Vas y vienes, y últimamente te vas más. La cabeza está en otra parte, en el mar, no en las paredes color cereza que te rodean ni en los ladridos del perro que parece que le pica la cola o no te explicas el porqué de su reciente estrés. ¿Sabrá algo que tú desconoces? ¿Acaso los perros son sabios y detectan el fin del mundo con su olfato?
Vas y vienes y tu hija de quince meses te observa de reojo clavada en el celular leyendo noticias mientras ella succiona su pequeño dedo pulgar con gran satisfacción. En el televisor no paran las caricaturas, de las cuales ya te has aprendido todas las canciones infantiles y te sientes culpable por entretenerla con un monitor, pero es que si lo apagas, llora, y los ánimos no están para andar chillando todo el día. Tú, además, necesitas ratos para hacer tus cosas: trabajar un rato, bañarte, hablar con tu gente, a la que no ves hace treinta y cinco días o incluso más. Intentas ser “productiva”; de vez en vez te subes a la bicicleta estática por treinta minutos, haces pasteles, lees, escribes, pero también hay días en los que solo quieres estar tirada en la cama y apagar el mundo y las presiones de que estos son momentos para ser mejores personas, cuando en lo único que puedes pensar es en que tú y los tuyos sobrevivan.
Vas y vienes y extrañas a tu madre, que este año cumple setenta y por cuestiones aleatorias está encerrada en su casa con una perrita chihuahua gorda y adorable que no es suya, sino de tu esposo.
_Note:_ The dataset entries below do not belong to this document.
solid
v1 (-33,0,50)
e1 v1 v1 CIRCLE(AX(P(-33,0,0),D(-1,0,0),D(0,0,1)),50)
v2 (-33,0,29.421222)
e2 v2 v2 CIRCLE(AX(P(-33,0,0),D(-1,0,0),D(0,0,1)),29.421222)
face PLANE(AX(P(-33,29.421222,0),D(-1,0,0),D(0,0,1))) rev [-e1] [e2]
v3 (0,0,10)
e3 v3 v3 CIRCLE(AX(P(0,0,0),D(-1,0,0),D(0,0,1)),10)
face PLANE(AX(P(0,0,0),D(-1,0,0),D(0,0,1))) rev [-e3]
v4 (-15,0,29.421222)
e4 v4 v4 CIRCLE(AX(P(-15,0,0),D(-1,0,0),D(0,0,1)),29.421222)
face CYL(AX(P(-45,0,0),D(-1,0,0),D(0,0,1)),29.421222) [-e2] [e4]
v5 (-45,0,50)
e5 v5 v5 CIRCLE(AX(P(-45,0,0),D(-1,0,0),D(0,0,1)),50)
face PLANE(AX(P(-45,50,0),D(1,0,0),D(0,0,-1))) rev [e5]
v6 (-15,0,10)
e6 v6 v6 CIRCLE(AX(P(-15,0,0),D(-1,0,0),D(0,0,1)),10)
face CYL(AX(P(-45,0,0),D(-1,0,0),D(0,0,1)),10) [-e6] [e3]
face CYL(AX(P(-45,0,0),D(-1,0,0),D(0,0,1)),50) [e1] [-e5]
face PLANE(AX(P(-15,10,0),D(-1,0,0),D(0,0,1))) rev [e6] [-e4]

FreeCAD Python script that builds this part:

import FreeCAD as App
import Part
import Sketcher
from FreeCAD import Vector

doc = App.newDocument("Part")
body = doc.addObject("PartDesign::Body", "Body")

# Sketch on XY plane
sketch1 = body.newObject("Sketcher::SketchObject", "Sketch")
sketch1.AttachmentSupport = (doc.getObject("XY_Plane"), [""])
sketch1.MapMode = "FlatFace"
sketch1.addGeometry(Part.LineSegment(Vector(0, 10, 0), Vector(-15, 10, 0)), False)
sketch1.addGeometry(Part.LineSegment(Vector(-15, 10, 0), Vector(-15, 29, 0)), False)
sketch1.addGeometry(Part.LineSegment(Vector(-15, 29, 0), Vector(-33, 29, 0)), False)
sketch1.addGeometry(Part.LineSegment(Vector(-33, 29, 0), Vector(-33, 50, 0)), False)
sketch1.addGeometry(Part.LineSegment(Vector(-33, 50, 0), Vector(-45, 50, 0)), False)
sketch1.addGeometry(Part.LineSegment(Vector(-45, 50, 0), Vector(-45, 0, 0)), False)
sketch1.addGeometry(Part.LineSegment(Vector(-45, 0, 0), Vector(0, 0, 0)), False)
sketch1.addGeometry(Part.LineSegment(Vector(0, 0, 0), Vector(0, 10, 0)), False)
sketch1.addConstraint(Sketcher.Constraint("Coincident", 0, 2, 1, 1))
sketch1.addConstraint(Sketcher.Constraint("Coincident", 1, 2, 2, 1))
sketch1.addConstraint(Sketcher.Constraint("Coincident", 2, 2, 3, 1))
sketch1.addConstraint(Sketcher.Constraint("Coincident", 3, 2, 4, 1))
sketch1.addConstraint(Sketcher.Constraint("Coincident", 4, 2, 5, 1))
sketch1.addConstraint(Sketcher.Constraint("Coincident", 5, 2, 6, 1))
sketch1.addConstraint(Sketcher.Constraint("Coincident", 6, 2, 7, 1))
sketch1.addConstraint(Sketcher.Constraint("Coincident", 7, 2, 0, 1))
sketch1.addConstraint(Sketcher.Constraint("Horizontal", 0))
sketch1.addConstraint(Sketcher.Constraint("Vertical", 1))
sketch1.addConstraint(Sketcher.Constraint("Horizontal", 2))
sketch1.addConstraint(Sketcher.Constraint("Vertical", 3))
sketch1.addConstraint(Sketcher.Constraint("Horizontal", 4))
sketch1.addConstraint(Sketcher.Constraint("Vertical", 5))
sketch1.addConstraint(Sketcher.Constraint("Horizontal", 6))
sketch1.addConstraint(Sketcher.Constraint("Vertical", 7))
sketch1.addConstraint(Sketcher.Constraint("Coincident", 6, 2, -1, 1))
sketch1.addConstraint(Sketcher.Constraint("DistanceX", 0, 2, 0, 1, 15.0))
sketch1.addConstraint(Sketcher.Constraint("DistanceX", 2, 2, 2, 1, 18.0))
sketch1.addConstraint(Sketcher.Constraint("DistanceX", 4, 2, 4, 1, 12.0))
sketch1.addConstraint(Sketcher.Constraint("DistanceY", 5, 2, 5, 1, 50.0))
sketch1.addConstraint(Sketcher.Constraint("DistanceY", 7, 1, 7, 2, 10.0))
sketch1.addConstraint(Sketcher.Constraint("DistanceY", 1, 1, 1, 2, 19.421222))
revolution = body.newObject("PartDesign::Revolution", "Revolution")
revolution.Profile = sketch1
revolution.ReferenceAxis = (sketch1, ["H_Axis"])
revolution.Angle = 360

doc.recompute()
También añoras los desayunos dominicales con tu padre, quien está solo en su pequeño y oscuro departamento en la Escandón y quien te da miedo que se salga por un arranque de rebeldía —¿quién iba a pensar que tú velarías por los actos adolescentes de tu envejecido padre, al cual parece pesarle la falta de jugadas de tenis, de reuniones con amigos, de su única nieta, que está aprendiendo a gatear sin testigos más que tu móvil?
Vas y vienes y tu corazón se va a París, dónde está tu hermano, con tu cuñado, quien ha perdido varios proyectos de trabajo, y con miedo pues tu hermano es “población vulnerable” gracias a su diabetes y a su marcapasos, mismo que tienen que cambiarle sí o sí antes de que acabe el año; al crucero en Ensenada, donde tu otro hermano trabaja ahora no como barista, sino como carpintero pues los pusieron a todos a reparar el barco en lo que deciden qué hacer con ellos, si los bajan a su suerte o los dejan ahí, esperando que esto pase —¿va a pasar? —; a la casa de tu hermano mayor, quien está solo, ideando la manera de hacer un gimnasio dentro con cuerdas y ganchos.
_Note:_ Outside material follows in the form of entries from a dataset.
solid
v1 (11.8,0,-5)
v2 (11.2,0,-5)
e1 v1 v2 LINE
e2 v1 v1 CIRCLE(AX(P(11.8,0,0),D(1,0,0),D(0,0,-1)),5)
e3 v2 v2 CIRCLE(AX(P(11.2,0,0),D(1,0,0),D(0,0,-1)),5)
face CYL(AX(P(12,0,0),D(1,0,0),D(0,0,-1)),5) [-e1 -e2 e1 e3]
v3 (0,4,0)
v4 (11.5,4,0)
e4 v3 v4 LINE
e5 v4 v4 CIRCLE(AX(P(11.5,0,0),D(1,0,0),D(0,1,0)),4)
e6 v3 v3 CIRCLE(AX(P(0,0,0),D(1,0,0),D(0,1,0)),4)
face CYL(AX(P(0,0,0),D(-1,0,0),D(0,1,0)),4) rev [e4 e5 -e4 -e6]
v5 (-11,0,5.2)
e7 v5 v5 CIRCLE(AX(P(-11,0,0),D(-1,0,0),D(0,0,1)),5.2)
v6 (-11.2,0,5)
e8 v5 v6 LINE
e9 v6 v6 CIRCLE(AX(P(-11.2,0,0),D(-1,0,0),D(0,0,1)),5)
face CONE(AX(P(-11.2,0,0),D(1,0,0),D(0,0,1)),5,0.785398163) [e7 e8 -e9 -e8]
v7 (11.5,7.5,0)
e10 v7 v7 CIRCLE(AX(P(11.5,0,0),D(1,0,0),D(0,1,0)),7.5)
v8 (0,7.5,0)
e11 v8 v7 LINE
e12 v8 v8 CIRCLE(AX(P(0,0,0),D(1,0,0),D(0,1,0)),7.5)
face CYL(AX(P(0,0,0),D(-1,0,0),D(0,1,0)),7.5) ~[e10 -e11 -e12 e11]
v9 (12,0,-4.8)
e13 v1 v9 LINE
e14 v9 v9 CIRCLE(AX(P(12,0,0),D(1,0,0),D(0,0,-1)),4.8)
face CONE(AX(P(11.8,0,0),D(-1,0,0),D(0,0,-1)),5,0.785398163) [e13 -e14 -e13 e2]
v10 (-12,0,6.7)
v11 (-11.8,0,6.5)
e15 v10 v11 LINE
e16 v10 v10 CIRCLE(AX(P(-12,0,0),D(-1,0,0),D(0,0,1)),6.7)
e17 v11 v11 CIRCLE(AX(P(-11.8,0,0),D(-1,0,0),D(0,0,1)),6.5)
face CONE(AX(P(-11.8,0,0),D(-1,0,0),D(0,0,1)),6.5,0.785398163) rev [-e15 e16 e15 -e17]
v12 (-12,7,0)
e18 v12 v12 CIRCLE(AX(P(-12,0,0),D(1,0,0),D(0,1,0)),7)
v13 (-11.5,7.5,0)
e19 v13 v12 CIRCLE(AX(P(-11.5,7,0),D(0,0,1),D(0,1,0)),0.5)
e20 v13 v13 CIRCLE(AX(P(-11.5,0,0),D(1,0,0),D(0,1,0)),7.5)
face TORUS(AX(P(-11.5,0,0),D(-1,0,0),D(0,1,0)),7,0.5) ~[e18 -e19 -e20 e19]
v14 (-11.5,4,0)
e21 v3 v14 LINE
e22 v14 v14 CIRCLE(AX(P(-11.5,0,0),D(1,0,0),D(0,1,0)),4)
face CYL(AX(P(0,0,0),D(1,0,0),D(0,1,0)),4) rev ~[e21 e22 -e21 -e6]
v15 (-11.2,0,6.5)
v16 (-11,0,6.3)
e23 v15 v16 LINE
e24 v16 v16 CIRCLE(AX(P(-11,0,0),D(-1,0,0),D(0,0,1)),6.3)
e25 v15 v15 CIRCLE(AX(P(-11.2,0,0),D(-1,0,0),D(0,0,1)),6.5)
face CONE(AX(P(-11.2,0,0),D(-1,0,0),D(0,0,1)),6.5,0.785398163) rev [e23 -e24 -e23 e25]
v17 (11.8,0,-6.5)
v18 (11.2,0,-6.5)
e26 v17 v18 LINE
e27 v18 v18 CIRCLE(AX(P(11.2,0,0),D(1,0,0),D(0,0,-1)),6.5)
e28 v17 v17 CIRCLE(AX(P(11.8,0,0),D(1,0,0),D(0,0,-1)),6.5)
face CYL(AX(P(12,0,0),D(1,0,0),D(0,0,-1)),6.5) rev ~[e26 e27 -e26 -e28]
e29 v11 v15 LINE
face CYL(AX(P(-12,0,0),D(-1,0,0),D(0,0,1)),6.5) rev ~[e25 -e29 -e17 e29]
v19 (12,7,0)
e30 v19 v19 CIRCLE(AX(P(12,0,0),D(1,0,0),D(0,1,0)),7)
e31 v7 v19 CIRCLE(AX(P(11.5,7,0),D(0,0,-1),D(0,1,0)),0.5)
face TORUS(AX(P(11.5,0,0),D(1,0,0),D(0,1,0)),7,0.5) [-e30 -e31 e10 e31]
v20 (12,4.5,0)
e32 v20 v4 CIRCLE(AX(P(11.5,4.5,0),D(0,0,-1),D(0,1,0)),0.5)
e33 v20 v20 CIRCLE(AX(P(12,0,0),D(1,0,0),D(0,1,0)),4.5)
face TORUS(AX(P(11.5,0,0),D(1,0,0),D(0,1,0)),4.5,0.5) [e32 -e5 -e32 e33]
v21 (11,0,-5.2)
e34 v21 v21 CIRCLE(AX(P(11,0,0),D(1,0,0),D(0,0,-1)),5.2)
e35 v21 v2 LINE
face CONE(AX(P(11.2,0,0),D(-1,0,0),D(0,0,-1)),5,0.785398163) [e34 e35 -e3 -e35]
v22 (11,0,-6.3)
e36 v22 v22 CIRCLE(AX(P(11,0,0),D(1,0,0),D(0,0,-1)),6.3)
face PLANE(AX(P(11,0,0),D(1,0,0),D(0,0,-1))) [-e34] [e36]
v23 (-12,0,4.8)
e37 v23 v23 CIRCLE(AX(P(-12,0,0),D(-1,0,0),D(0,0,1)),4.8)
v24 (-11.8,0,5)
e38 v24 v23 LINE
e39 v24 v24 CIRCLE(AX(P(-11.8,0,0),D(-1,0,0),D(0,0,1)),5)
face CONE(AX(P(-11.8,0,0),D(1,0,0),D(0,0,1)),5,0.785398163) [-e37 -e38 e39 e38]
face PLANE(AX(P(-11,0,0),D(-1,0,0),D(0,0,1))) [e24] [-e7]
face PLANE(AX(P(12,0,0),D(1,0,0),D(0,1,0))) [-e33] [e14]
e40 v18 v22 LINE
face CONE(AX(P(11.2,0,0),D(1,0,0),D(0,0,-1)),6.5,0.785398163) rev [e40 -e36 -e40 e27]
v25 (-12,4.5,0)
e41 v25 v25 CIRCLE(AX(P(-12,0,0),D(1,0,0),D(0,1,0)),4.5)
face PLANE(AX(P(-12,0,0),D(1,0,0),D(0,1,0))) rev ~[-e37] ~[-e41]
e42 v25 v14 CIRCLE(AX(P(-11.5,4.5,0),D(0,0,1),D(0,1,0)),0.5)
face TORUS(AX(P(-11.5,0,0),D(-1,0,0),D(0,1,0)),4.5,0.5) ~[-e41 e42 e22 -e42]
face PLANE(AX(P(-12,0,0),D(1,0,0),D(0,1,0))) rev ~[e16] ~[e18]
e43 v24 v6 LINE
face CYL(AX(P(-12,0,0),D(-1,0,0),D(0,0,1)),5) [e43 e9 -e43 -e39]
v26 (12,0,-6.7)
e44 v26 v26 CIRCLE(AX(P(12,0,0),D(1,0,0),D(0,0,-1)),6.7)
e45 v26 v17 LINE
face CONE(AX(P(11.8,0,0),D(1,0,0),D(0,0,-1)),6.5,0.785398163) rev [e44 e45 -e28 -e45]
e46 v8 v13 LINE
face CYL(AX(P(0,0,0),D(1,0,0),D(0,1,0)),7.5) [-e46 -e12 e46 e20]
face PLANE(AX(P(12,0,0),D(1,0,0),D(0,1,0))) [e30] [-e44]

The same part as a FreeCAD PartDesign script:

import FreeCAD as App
import Part
import Sketcher

V = App.Vector
Q = App.Units.Quantity


def edges_at(feature, points):
    """Names of the edges that pass closest to the given points."""
    edges = feature.Shape.Edges
    near = lambda p: min(range(len(edges)), key=lambda i: edges[i].distToShape(Part.Vertex(*p))[0])
    return sorted({f"Edge{near(p) + 1}" for p in points})

doc = App.newDocument("Part")
body = doc.addObject("PartDesign::Body", "Body")

sketch1 = body.newObject("Sketcher::SketchObject", "Sketch")
sketch1.AttachmentSupport = (doc.getObject("YZ_Plane"), [""])
sketch1.MapMode = "FlatFace"
sketch1.addGeometry(Part.Circle(V(0, 0, 0), V(0, 0, 1), 7.5), False)
sketch1.addGeometry(Part.Circle(V(0, 0, 0), V(0, 0, 1), 4), False)
sketch1.addConstraint(Sketcher.Constraint("Coincident", 0, 3, -1, 1))
sketch1.addConstraint(Sketcher.Constraint("Coincident", 1, 3, -1, 1))
sketch1.addConstraint(Sketcher.Constraint("Diameter", 0, Q("15 mm")))
sketch1.addConstraint(Sketcher.Constraint("Diameter", 1, Q("8 mm")))
pad1 = body.newObject("PartDesign::Pad", "Pad")
pad1.Profile = sketch1
pad1.Length = 24
pad1.Midplane = True

sketch2 = body.newObject("Sketcher::SketchObject", "Sketch001")
sketch2.AttachmentSupport = (doc.getObject("YZ_Plane"), [""])
sketch2.MapMode = "FlatFace"
sketch2.AttachmentOffset = App.Placement(V(0, 0, 12), App.Rotation())
sketch2.addGeometry(Part.Circle(V(0, 0, 0), V(0, 0, 1), 6), False)
sketch2.addGeometry(Part.Circle(V(0, 0, 0), V(0, 0, 1), 5), False)
sketch2.addConstraint(Sketcher.Constraint("Coincident", 0, 3, -1, 1))
sketch2.addConstraint(Sketcher.Constraint("Coincident", 1, 3, -1, 1))
sketch2.addConstraint(Sketcher.Constraint("Diameter", 0, Q("13 mm")))
sketch2.addConstraint(Sketcher.Constraint("Diameter", 1, Q("10 mm")))
pocket1 = body.newObject("PartDesign::Pocket", "Pocket")
pocket1.Profile = sketch2
pocket1.Length = 1

sketch3 = body.newObject("Sketcher::SketchObject", "Sketch002")
sketch3.AttachmentSupport = (doc.getObject("YZ_Plane"), [""])
sketch3.MapMode = "FlatFace"
sketch3.AttachmentOffset = App.Placement(V(0, 0, -12), App.Rotation())
sketch3.addGeometry(Part.Circle(V(0, 0, 0), V(0, 0, 1), 6), False)
sketch3.addGeometry(Part.Circle(V(0, 0, 0), V(0, 0, 1), 5), False)
sketch3.addConstraint(Sketcher.Constraint("Coincident", 0, 3, -1, 1))
sketch3.addConstraint(Sketcher.Constraint("Coincident", 1, 3, -1, 1))
sketch3.addConstraint(Sketcher.Constraint("Diameter", 0, Q("13 mm")))
sketch3.addConstraint(Sketcher.Constraint("Diameter", 1, Q("10 mm")))
pocket2 = body.newObject("PartDesign::Pocket", "Pocket001")
pocket2.Profile = sketch3
pocket2.Length = 1
pocket2.Reversed = True
doc.recompute()

fillet = body.newObject("PartDesign::Fillet", "Fillet")
fillet.Base = (pocket2, edges_at(pocket2, [(-12, -7.5, 0)]))
fillet.Radius = 0.5
doc.recompute()

fillet2 = body.newObject("PartDesign::Fillet", "Fillet001")
fillet2.Base = (fillet, edges_at(fillet, [(-12, -4, 0), (12, -7.5, 0), (12, -4, 0)]))
fillet2.Radius = 0.5
doc.recompute()

chamfer = body.newObject("PartDesign::Chamfer", "Chamfer")
chamfer.Base = (fillet2, edges_at(fillet2, [
    (12, 0, 5),
    (12, 0, 6.5),
    (-12, 0, -5),
    (-12, 0, -6.5),
    (-11, 0, -5),
    (-11, 0, -6.5),
    (11, 0, 6.5),
    (11, 0, 5),
]))
chamfer.Size = 0.2

doc.recompute()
Vas y vienes pero siempre vuelves aquí, a los “ma”, “caca”, “qué” y “wow” de tu hija, que rápidamente deja de ser una bebé y no sabes cómo podrás explicarle en un futuro lo que está ocurriendo, cuando todas sus fotos infantiles sean dentro del mismo departamento, cuya renta sigue corriendo sin clemencia, aun cuando el dinero está detenido y no sabes hasta cuándo los planes de trabajar se reanuden el ciento por ciento. Vas y vienes pero vuelves a los ojos de tu esposo, con quien te turnas para cocinar, para pasear al perro y para tener días malos y buenos, poniendo a prueba la paciencia y el amor de ambos, como todas las parejas en el mundo que se ven por primera vez en la necesidad de estar realmente juntos. Y la verdad es que la prueba, en tu caso, consideras que va bien: hay sonrisas cómplices y besos cariñosos, hay detalles y abrazos largos, y también espacios a solas, en silencio. Hay ganas de salir adelante y de saber que podrían volver a empezar juntos. Pero también hay miedo de enfermarse, del dinero, de no volver a ver a quienes aman, de que el país se lo cargue ahora sí la chingada y no haya para dónde hacerse. Hay miedo y amor y ganas de que todo esto pase y puedan ir juntos al mar y sumergir los pies de su hija, a percibir la humedad en los labios y a sentir el sol en la cara. Hay miedo pero hay más amor, y quizá eso es lo único que importa.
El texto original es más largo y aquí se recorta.